____ MATERIAL SUPPLIED
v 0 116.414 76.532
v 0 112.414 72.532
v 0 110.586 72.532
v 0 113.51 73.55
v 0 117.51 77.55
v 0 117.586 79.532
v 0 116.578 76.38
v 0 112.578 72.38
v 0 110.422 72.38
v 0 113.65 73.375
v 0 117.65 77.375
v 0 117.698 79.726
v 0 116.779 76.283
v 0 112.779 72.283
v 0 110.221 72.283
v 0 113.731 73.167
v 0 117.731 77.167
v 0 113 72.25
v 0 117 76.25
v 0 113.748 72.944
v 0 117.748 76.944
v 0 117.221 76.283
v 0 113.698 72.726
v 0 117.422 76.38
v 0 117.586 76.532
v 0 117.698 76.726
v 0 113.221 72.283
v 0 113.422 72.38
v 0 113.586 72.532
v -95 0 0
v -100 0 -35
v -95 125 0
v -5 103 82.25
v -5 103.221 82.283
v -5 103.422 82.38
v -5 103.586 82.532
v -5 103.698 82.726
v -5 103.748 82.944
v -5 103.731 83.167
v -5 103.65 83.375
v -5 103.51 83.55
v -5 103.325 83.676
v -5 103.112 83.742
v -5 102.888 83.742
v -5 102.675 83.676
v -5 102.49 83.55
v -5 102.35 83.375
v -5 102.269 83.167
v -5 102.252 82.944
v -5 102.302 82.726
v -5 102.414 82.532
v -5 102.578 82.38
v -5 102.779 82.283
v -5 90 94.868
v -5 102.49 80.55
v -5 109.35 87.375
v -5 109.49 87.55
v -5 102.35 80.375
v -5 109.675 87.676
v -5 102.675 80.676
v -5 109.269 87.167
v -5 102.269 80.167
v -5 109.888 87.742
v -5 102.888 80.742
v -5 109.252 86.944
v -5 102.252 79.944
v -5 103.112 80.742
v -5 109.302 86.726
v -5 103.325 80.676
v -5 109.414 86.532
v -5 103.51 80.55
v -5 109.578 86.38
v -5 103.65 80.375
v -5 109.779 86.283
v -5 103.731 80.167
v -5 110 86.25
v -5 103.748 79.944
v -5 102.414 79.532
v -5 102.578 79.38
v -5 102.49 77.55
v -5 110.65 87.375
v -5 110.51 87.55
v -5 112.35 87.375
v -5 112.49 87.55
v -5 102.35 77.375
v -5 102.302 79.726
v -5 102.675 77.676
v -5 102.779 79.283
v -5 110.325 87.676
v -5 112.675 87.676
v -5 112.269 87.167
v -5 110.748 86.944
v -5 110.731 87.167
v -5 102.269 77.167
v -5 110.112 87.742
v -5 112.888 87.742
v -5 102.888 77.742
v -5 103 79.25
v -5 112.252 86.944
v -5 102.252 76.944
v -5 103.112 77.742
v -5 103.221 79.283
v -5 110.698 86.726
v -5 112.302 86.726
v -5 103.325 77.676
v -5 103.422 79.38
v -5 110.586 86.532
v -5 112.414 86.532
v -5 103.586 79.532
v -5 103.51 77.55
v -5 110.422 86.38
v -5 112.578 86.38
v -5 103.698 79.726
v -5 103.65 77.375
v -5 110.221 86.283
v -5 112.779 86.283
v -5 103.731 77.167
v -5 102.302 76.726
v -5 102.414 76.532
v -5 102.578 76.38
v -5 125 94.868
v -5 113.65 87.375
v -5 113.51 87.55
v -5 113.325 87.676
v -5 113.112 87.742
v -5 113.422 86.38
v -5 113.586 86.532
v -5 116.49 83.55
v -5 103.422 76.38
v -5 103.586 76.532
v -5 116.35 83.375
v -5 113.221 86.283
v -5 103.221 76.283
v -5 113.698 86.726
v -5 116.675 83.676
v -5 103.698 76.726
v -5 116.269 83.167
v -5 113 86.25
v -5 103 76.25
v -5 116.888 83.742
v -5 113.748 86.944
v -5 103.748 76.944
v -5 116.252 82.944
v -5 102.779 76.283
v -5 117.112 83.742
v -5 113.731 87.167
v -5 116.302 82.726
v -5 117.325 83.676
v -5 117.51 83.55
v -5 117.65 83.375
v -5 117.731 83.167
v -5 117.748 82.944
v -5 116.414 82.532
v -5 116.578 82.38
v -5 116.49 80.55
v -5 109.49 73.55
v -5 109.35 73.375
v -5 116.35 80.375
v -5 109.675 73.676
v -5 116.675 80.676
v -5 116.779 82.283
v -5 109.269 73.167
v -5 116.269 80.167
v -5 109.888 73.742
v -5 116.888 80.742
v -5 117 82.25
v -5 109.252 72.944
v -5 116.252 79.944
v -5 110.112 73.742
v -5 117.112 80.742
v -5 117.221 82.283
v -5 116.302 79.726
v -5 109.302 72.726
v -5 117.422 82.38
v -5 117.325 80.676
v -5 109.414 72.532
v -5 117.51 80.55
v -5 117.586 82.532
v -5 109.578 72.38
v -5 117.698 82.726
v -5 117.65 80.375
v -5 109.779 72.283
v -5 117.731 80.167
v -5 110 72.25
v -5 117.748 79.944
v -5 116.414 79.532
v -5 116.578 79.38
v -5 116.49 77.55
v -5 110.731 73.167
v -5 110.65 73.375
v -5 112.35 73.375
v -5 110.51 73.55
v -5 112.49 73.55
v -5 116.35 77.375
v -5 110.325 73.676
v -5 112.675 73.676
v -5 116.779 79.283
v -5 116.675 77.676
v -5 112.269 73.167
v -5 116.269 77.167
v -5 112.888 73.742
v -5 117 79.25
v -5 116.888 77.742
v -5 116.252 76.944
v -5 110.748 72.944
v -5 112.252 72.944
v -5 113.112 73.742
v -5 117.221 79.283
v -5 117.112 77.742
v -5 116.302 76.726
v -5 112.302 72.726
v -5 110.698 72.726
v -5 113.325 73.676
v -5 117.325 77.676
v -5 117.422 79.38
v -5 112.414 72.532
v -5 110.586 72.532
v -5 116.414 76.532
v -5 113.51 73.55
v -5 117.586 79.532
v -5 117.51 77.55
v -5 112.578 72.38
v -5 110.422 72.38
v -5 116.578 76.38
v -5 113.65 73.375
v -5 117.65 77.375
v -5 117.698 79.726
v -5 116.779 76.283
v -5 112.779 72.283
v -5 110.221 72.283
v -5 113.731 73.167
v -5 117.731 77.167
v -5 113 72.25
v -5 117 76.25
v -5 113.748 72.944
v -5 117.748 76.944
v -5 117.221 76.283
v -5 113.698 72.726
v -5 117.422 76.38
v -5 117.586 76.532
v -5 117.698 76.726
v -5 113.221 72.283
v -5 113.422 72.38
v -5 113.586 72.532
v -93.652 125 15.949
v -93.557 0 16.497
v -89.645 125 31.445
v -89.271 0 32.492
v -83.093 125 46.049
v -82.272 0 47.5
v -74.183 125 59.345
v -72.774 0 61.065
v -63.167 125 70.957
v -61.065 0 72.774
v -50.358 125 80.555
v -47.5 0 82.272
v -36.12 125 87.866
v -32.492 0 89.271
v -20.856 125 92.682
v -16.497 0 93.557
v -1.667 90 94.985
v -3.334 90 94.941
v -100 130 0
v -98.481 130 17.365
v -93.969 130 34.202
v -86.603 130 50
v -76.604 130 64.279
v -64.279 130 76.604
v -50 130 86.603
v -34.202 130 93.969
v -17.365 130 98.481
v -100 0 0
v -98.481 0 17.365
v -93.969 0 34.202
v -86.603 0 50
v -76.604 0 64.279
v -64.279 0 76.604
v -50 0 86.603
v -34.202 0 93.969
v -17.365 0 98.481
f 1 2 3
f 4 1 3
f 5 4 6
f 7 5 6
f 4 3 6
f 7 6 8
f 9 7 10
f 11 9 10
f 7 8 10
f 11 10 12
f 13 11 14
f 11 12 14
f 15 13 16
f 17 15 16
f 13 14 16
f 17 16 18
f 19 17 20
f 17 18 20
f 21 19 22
________
Reproduce exactly the lines above from the line with "v -5 103.731 80.167" to the line with "v -5 113.112 87.742", including both, and add nothing.

- [ANSWER BELOW]:
v -5 103.731 80.167
v -5 110 86.25
v -5 103.748 79.944
v -5 102.414 79.532
v -5 102.578 79.38
v -5 102.49 77.55
v -5 110.65 87.375
v -5 110.51 87.55
v -5 112.35 87.375
v -5 112.49 87.55
v -5 102.35 77.375
v -5 102.302 79.726
v -5 102.675 77.676
v -5 102.779 79.283
v -5 110.325 87.676
v -5 112.675 87.676
v -5 112.269 87.167
v -5 110.748 86.944
v -5 110.731 87.167
v -5 102.269 77.167
v -5 110.112 87.742
v -5 112.888 87.742
v -5 102.888 77.742
v -5 103 79.25
v -5 112.252 86.944
v -5 102.252 76.944
v -5 103.112 77.742
v -5 103.221 79.283
v -5 110.698 86.726
v -5 112.302 86.726
v -5 103.325 77.676
v -5 103.422 79.38
v -5 110.586 86.532
v -5 112.414 86.532
v -5 103.586 79.532
v -5 103.51 77.55
v -5 110.422 86.38
v -5 112.578 86.38
v -5 103.698 79.726
v -5 103.65 77.375
v -5 110.221 86.283
v -5 112.779 86.283
v -5 103.731 77.167
v -5 102.302 76.726
v -5 102.414 76.532
v -5 102.578 76.38
v -5 125 94.868
v -5 113.65 87.375
v -5 113.51 87.55
v -5 113.325 87.676
v -5 113.112 87.742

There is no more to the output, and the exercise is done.